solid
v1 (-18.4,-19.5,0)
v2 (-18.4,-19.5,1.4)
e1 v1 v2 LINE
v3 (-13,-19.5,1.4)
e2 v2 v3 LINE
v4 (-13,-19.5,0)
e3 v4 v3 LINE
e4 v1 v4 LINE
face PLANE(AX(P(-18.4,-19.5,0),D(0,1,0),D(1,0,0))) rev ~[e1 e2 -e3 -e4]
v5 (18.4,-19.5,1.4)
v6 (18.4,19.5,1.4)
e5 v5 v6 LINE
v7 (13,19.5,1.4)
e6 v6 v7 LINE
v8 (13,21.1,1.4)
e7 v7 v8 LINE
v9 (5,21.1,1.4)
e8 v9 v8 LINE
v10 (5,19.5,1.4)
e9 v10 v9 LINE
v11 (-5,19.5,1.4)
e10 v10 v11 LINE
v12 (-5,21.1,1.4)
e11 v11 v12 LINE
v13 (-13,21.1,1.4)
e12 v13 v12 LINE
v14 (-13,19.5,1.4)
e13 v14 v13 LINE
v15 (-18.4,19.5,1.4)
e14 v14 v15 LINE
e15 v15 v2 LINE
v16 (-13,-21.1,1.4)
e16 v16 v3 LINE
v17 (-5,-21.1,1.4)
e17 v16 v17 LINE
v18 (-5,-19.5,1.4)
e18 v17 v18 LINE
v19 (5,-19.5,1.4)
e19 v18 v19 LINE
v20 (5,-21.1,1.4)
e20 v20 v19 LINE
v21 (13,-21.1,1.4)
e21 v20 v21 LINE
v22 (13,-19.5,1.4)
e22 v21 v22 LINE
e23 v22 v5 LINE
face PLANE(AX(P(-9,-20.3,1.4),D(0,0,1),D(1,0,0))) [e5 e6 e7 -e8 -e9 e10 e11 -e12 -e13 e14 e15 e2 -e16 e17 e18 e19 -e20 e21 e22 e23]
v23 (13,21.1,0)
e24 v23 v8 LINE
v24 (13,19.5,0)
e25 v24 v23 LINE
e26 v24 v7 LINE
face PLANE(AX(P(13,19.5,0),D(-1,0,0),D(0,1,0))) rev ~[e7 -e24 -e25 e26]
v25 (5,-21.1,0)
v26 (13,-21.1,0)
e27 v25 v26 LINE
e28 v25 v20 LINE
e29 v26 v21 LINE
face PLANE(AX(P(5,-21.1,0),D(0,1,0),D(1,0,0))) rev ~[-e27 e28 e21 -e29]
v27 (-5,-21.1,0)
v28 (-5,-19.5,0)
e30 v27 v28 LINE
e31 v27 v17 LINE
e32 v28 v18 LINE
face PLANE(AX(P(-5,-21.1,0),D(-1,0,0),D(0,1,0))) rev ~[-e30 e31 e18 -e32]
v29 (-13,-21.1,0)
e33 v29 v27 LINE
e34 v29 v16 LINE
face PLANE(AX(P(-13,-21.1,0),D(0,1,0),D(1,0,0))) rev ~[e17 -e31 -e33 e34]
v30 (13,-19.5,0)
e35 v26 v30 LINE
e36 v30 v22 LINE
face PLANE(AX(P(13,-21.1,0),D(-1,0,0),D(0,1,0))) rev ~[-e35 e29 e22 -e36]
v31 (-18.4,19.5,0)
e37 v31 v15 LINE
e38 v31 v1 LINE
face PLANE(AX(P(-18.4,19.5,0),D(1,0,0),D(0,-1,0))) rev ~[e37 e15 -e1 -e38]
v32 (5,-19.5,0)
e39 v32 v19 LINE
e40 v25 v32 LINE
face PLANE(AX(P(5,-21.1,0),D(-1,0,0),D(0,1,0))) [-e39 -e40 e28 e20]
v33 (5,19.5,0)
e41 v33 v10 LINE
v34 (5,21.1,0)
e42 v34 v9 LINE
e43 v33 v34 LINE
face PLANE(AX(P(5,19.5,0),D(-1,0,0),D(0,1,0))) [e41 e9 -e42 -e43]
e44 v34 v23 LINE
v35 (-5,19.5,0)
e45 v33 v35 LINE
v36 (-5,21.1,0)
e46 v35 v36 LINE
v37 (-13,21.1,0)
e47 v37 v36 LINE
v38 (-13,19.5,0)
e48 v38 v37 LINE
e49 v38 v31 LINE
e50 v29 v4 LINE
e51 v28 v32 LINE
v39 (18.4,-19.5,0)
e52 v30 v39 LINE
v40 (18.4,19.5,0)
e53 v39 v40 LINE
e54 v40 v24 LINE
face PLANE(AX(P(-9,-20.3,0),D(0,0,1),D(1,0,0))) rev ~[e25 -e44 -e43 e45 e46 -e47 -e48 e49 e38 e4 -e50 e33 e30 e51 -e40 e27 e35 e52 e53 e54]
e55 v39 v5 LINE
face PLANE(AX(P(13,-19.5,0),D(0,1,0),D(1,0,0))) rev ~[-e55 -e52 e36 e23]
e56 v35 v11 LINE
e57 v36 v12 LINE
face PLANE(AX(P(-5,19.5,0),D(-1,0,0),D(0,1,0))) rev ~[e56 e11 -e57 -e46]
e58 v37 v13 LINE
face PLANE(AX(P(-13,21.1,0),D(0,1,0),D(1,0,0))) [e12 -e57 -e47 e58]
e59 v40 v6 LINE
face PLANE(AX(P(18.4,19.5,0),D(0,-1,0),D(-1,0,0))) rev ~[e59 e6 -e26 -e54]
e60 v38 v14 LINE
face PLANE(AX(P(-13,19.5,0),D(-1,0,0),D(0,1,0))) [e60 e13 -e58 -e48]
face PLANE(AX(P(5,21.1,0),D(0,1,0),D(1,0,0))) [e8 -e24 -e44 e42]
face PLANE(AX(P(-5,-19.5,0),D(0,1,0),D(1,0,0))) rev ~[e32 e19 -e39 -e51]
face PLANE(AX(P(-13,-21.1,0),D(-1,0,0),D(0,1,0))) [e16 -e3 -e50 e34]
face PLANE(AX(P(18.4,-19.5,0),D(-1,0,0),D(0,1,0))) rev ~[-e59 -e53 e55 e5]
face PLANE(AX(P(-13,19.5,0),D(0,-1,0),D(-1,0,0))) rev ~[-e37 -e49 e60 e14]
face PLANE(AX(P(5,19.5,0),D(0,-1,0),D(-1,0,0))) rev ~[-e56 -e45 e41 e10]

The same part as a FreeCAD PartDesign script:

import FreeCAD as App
import Part
import Sketcher

V = App.Vector
Q = App.Units.Quantity


def add_polygon(sketch, points):
    """Adds a closed chain of lines whose ends are joined by coincident constraints."""
    first, n = sketch.GeometryCount, len(points)
    for a, b in zip(points, points[1:] + points[:1]):
        sketch.addGeometry(Part.LineSegment(App.Vector(*a, 0), App.Vector(*b, 0)), False)
    for i in range(n):
        sketch.addConstraint(Sketcher.Constraint("Coincident", first + i, 2, first + (i + 1) % n, 1))

doc = App.newDocument("Part")
body = doc.addObject("PartDesign::Body", "Body")

# Sketch on XY plane
sketch1 = body.newObject("Sketcher::SketchObject", "Sketch")
sketch1.AttachmentSupport = (doc.getObject("XY_Plane"), [""])
sketch1.MapMode = "FlatFace"
add_polygon(sketch1, [(-13, -19.5), (-13, -21.1), (-5, -21.1), (-5, -19.5), (5, -19.5), (5, -21.1), (13, -21.1), (13, -19.5), (18.4, -19.5), (18.4, 19.5), (13, 19.5), (13, 21.1), (5, 21.1), (5, 19.5), (-5, 19.5), (-5, 21.1), (-13, 21.1), (-13, 19.5), (-18.4, 19.5), (-18.4, -19.5)])  # lines 0-19
sketch1.addConstraint(Sketcher.Constraint("Vertical", 0))
sketch1.addConstraint(Sketcher.Constraint("Horizontal", 1))
sketch1.addConstraint(Sketcher.Constraint("Vertical", 2))
sketch1.addConstraint(Sketcher.Constraint("Horizontal", 3))
sketch1.addConstraint(Sketcher.Constraint("Vertical", 4))
sketch1.addConstraint(Sketcher.Constraint("Horizontal", 5))
sketch1.addConstraint(Sketcher.Constraint("Vertical", 6))
sketch1.addConstraint(Sketcher.Constraint("Horizontal", 7))
sketch1.addConstraint(Sketcher.Constraint("Vertical", 8))
sketch1.addConstraint(Sketcher.Constraint("Horizontal", 9))
sketch1.addConstraint(Sketcher.Constraint("Vertical", 10))
sketch1.addConstraint(Sketcher.Constraint("Horizontal", 11))
sketch1.addConstraint(Sketcher.Constraint("Vertical", 12))
sketch1.addConstraint(Sketcher.Constraint("Horizontal", 13))
sketch1.addConstraint(Sketcher.Constraint("Vertical", 14))
sketch1.addConstraint(Sketcher.Constraint("Horizontal", 15))
sketch1.addConstraint(Sketcher.Constraint("Vertical", 16))
sketch1.addConstraint(Sketcher.Constraint("Horizontal", 17))
sketch1.addConstraint(Sketcher.Constraint("Vertical", 18))
sketch1.addConstraint(Sketcher.Constraint("Horizontal", 19))
sketch1.addConstraint(Sketcher.Constraint("Symmetric", 0, 2, 10, 2, -1, 1))
sketch1.addConstraint(Sketcher.Constraint("Symmetric", 2, 2, 12, 2, -1, 1))
sketch1.addConstraint(Sketcher.Constraint("Symmetric", 4, 2, 14, 2, -1, 1))
sketch1.addConstraint(Sketcher.Constraint("Symmetric", 6, 2, 16, 2, -1, 1))
sketch1.addConstraint(Sketcher.Constraint("Symmetric", 8, 2, 18, 2, -1, 1))
sketch1.addConstraint(Sketcher.Constraint("Symmetric", 1, 2, 4, 2, -2))
sketch1.addConstraint(Sketcher.Constraint("Symmetric", 9, 2, 16, 2, -2))
sketch1.addConstraint(Sketcher.Constraint("Horizontal", 3, 2, 6, 2))
sketch1.addConstraint(Sketcher.Constraint("DistanceX", 1, 1, 1, 2, Q("8 mm")))
sketch1.addConstraint(Sketcher.Constraint("DistanceX", 3, 1, 3, 2, Q("10 mm")))
sketch1.addConstraint(Sketcher.Constraint("DistanceY", 8, 1, 8, 2, Q("39 mm")))
sketch1.addConstraint(Sketcher.Constraint("DistanceX", 7, 1, 7, 2, Q("5.4 mm")))
sketch1.addConstraint(Sketcher.Constraint("DistanceY", 0, 2, 0, 1, Q("1.6 mm")))
pad1 = body.newObject("PartDesign::Pad", "Pad")
pad1.Profile = sketch1
pad1.Length = 1.4

doc.recompute()
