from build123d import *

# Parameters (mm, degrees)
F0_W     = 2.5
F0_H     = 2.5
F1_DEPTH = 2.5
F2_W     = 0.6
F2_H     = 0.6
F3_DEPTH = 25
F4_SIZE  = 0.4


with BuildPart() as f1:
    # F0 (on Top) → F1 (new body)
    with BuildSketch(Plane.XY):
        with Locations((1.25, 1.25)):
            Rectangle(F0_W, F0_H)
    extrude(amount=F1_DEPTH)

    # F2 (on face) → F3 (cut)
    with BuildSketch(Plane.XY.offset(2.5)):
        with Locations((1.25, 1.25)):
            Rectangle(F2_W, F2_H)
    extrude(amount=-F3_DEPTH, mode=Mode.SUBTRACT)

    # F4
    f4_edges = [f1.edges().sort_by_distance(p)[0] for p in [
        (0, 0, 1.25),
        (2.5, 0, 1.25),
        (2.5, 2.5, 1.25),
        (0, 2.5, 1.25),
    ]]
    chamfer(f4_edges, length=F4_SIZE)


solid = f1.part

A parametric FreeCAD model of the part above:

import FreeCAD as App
import Part
import Sketcher


def edges_at(feature, points):
    """Names of the edges that pass closest to the given points."""
    edges = feature.Shape.Edges
    near = lambda p: min(range(len(edges)), key=lambda i: edges[i].distToShape(Part.Vertex(*p))[0])
    return sorted({f"Edge{near(p) + 1}" for p in points})


def add_polygon(sketch, points):
    """Adds a closed chain of lines whose ends are joined by coincident constraints."""
    first, n = sketch.GeometryCount, len(points)
    for a, b in zip(points, points[1:] + points[:1]):
        sketch.addGeometry(Part.LineSegment(App.Vector(*a, 0), App.Vector(*b, 0)), False)
    for i in range(n):
        sketch.addConstraint(Sketcher.Constraint("Coincident", first + i, 2, first + (i + 1) % n, 1))

doc = App.newDocument("Part")
params = doc.addObject("Spreadsheet::Sheet", "Params")
for row, (alias, value) in enumerate([
    ("sketch1_width", "2.5 mm"),
    ("pad1_length", "2.5 mm"),
    ("sketch2_width", "0.6 mm"),
    ("pocket1_length", "25 mm"),
    ("chamfer_size", "0.4 mm"),
], start=1):
    params.set(f"A{row}", alias)
    params.set(f"B{row}", "=" + value)
    params.setAlias(f"B{row}", alias)

body = doc.addObject("PartDesign::Body", "Body")

# Sketch on XY plane
sketch1 = body.newObject("Sketcher::SketchObject", "Sketch")
sketch1.AttachmentSupport = (doc.getObject("XY_Plane"), [""])
sketch1.MapMode = "FlatFace"
add_polygon(sketch1, [(0, 2.5), (0, 0), (2.5, 0), (2.5, 2.5)])  # lines 0-3
sketch1.addConstraint([
    Sketcher.Constraint("Vertical", 0),
    Sketcher.Constraint("Horizontal", 1),
    Sketcher.Constraint("Vertical", 2),
    Sketcher.Constraint("Horizontal", 3),
    Sketcher.Constraint("Coincident", 0, 2, -1, 1),
    Sketcher.Constraint("Equal", 3, 0),
    Sketcher.Constraint("DistanceX", 1, 1, 1, 2, 2.5),
])
sketch1.setExpression("Constraints[10]", "Params.sketch1_width")
pad1 = body.newObject("PartDesign::Pad", "Pad")
pad1.Profile = sketch1
pad1.setExpression("Length", "Params.pad1_length")

# Sketch on XY plane
sketch2 = body.newObject("Sketcher::SketchObject", "Sketch001")
sketch2.AttachmentSupport = (doc.getObject("XY_Plane"), [""])
sketch2.MapMode = "FlatFace"
sketch2.AttachmentOffset = App.Placement(App.Vector(0, 0, 2.5), App.Rotation())
add_polygon(sketch2, [(0.9, 1.6), (0.9, 0.9), (1.6, 0.9), (1.6, 1.6)])  # lines 0-3
sketch2.addConstraint([
    Sketcher.Constraint("Vertical", 0),
    Sketcher.Constraint("Horizontal", 1),
    Sketcher.Constraint("Vertical", 2),
    Sketcher.Constraint("Horizontal", 3),
    Sketcher.Constraint("Equal", 3, 0),
    Sketcher.Constraint("DistanceX", 1, 1, 1, 2, 0.6),
    Sketcher.Constraint("DistanceX", -1, 1, 0, 2, 0.95),
    Sketcher.Constraint("DistanceY", -1, 1, 0, 2, 0.95),
])
sketch2.setExpression("Constraints[9]", "Params.sketch2_width")
pocket1 = body.newObject("PartDesign::Pocket", "Pocket")
pocket1.Profile = sketch2
pocket1.setExpression("Length", "Params.pocket1_length")
doc.recompute()

chamfer = body.newObject("PartDesign::Chamfer", "Chamfer")
chamfer.Base = (pocket1, edges_at(pocket1, [
    (0, 0, 1.25),
    (2.5, 0, 1.25),
    (2.5, 2.5, 1.25),
    (0, 2.5, 1.25),
]))
chamfer.setExpression("Size", "Params.chamfer_size")

doc.recompute()
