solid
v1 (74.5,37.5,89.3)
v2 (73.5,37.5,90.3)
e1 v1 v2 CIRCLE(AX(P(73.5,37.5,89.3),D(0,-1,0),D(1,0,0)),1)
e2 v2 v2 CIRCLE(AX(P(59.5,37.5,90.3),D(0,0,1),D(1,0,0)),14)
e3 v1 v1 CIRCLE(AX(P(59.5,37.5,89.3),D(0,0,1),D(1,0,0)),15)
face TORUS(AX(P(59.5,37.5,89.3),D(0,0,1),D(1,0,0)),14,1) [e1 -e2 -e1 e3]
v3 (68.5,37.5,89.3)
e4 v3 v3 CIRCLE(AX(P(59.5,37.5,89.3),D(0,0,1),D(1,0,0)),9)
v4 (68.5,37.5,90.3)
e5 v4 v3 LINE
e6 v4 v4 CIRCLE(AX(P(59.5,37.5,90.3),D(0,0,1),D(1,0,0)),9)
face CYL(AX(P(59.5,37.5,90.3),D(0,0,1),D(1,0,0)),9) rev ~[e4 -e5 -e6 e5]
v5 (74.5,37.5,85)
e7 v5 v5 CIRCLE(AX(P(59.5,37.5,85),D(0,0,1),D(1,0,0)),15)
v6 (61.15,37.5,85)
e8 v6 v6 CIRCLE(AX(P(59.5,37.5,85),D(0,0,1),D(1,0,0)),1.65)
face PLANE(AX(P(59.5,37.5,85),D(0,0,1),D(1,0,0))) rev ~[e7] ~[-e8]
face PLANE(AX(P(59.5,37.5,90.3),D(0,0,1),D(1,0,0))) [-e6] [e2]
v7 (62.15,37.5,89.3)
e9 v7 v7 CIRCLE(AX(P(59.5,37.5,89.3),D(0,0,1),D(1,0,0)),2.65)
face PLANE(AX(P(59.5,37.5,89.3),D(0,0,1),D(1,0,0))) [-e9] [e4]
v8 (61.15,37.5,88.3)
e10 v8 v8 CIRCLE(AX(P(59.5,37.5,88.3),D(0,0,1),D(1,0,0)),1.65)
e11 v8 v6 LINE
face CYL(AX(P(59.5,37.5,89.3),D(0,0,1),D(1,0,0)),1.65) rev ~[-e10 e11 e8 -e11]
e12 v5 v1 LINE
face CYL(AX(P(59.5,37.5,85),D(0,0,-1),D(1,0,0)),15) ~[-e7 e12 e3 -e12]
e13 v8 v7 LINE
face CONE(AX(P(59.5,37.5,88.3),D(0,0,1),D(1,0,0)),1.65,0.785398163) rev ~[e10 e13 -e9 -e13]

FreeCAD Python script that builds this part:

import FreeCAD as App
import Part
import Sketcher

V = App.Vector


def edges_at(feature, points):
    """Names of the edges that pass closest to the given points."""
    edges = feature.Shape.Edges
    near = lambda p: min(range(len(edges)), key=lambda i: edges[i].distToShape(Part.Vertex(*p))[0])
    return sorted({f"Edge{near(p) + 1}" for p in points})

doc = App.newDocument("Part")
body = doc.addObject("PartDesign::Body", "Body")

sketch1 = doc.addObject("Sketcher::SketchObject", "Sketch")
body.addObject(sketch1)
sketch1.AttachmentSupport = (doc.XY_Plane, [""])
sketch1.MapMode = "FlatFace"
sketch1.addGeometry(Part.Circle(V(0, 0, 0), V(0, 0, 1), 15), False)
sketch1.addConstraint(Sketcher.Constraint("Coincident", 0, 3, -1, 1))
sketch1.addConstraint(Sketcher.Constraint("Diameter", 0, 30.0))
pad1 = doc.addObject("PartDesign::Pad", "Pad")
body.addObject(pad1)
pad1.Profile = sketch1
pad1.Length = 5.3

sketch2 = doc.addObject("Sketcher::SketchObject", "Sketch001")
body.addObject(sketch2)
sketch2.AttachmentSupport = (doc.XY_Plane, [""])
sketch2.MapMode = "FlatFace"
sketch2.AttachmentOffset = App.Placement(V(0, 0, 5.3), App.Rotation())
sketch2.addGeometry(Part.Circle(V(0, 0, 0), V(0, 0, 1), 9), False)
sketch2.addConstraint(Sketcher.Constraint("Coincident", 0, 3, -1, 1))
sketch2.addConstraint(Sketcher.Constraint("Diameter", 0, 18.0))
pocket1 = doc.addObject("PartDesign::Pocket", "Pocket")
body.addObject(pocket1)
pocket1.Profile = sketch2
pocket1.Length = 1

sketch3 = doc.addObject("Sketcher::SketchObject", "Sketch002")
body.addObject(sketch3)
sketch3.AttachmentSupport = (doc.XY_Plane, [""])
sketch3.MapMode = "FlatFace"
sketch3.AttachmentOffset = App.Placement(V(0, 0, 4.3), App.Rotation())
sketch3.addGeometry(Part.Circle(V(0, 0, 0), V(0, 0, 1), 1.6), False)
sketch3.addConstraint(Sketcher.Constraint("Coincident", 0, 3, -1, 1))
sketch3.addConstraint(Sketcher.Constraint("Diameter", 0, 3.3))
pocket2 = doc.addObject("PartDesign::Pocket", "Pocket001")
body.addObject(pocket2)
pocket2.Profile = sketch3
pocket2.Length = 5
doc.recompute()

fillet = doc.addObject("PartDesign::Fillet", "Fillet")
body.addObject(fillet)
fillet.Base = (pocket2, edges_at(pocket2, [(-15, 0, 5.3)]))
fillet.Radius = 1
doc.recompute()

chamfer = doc.addObject("PartDesign::Chamfer", "Chamfer")
body.addObject(chamfer)
chamfer.Base = (fillet, edges_at(fillet, [(-1.65, 0, 4.3)]))
chamfer.Size = 1
body2 = doc.addObject("PartDesign::Body", "Body001")
doc.recompute()

body.Placement = App.Placement(V(59.5, 37.5, 85), App.Rotation(V(0, 0, 1), 0))
boolean = doc.addObject("PartDesign::Boolean", "Boolean")
body2.addObject(boolean)
boolean.Type = "Fuse"
boolean.addObjects([body])

doc.recompute()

Your assignment — Check each line of the listing above. Copy it if it holds the string "BuildSketch".

Answer area —
    with BuildSketch(Plane.XY):
    with BuildSketch(Plane.XY.offset(2.5)):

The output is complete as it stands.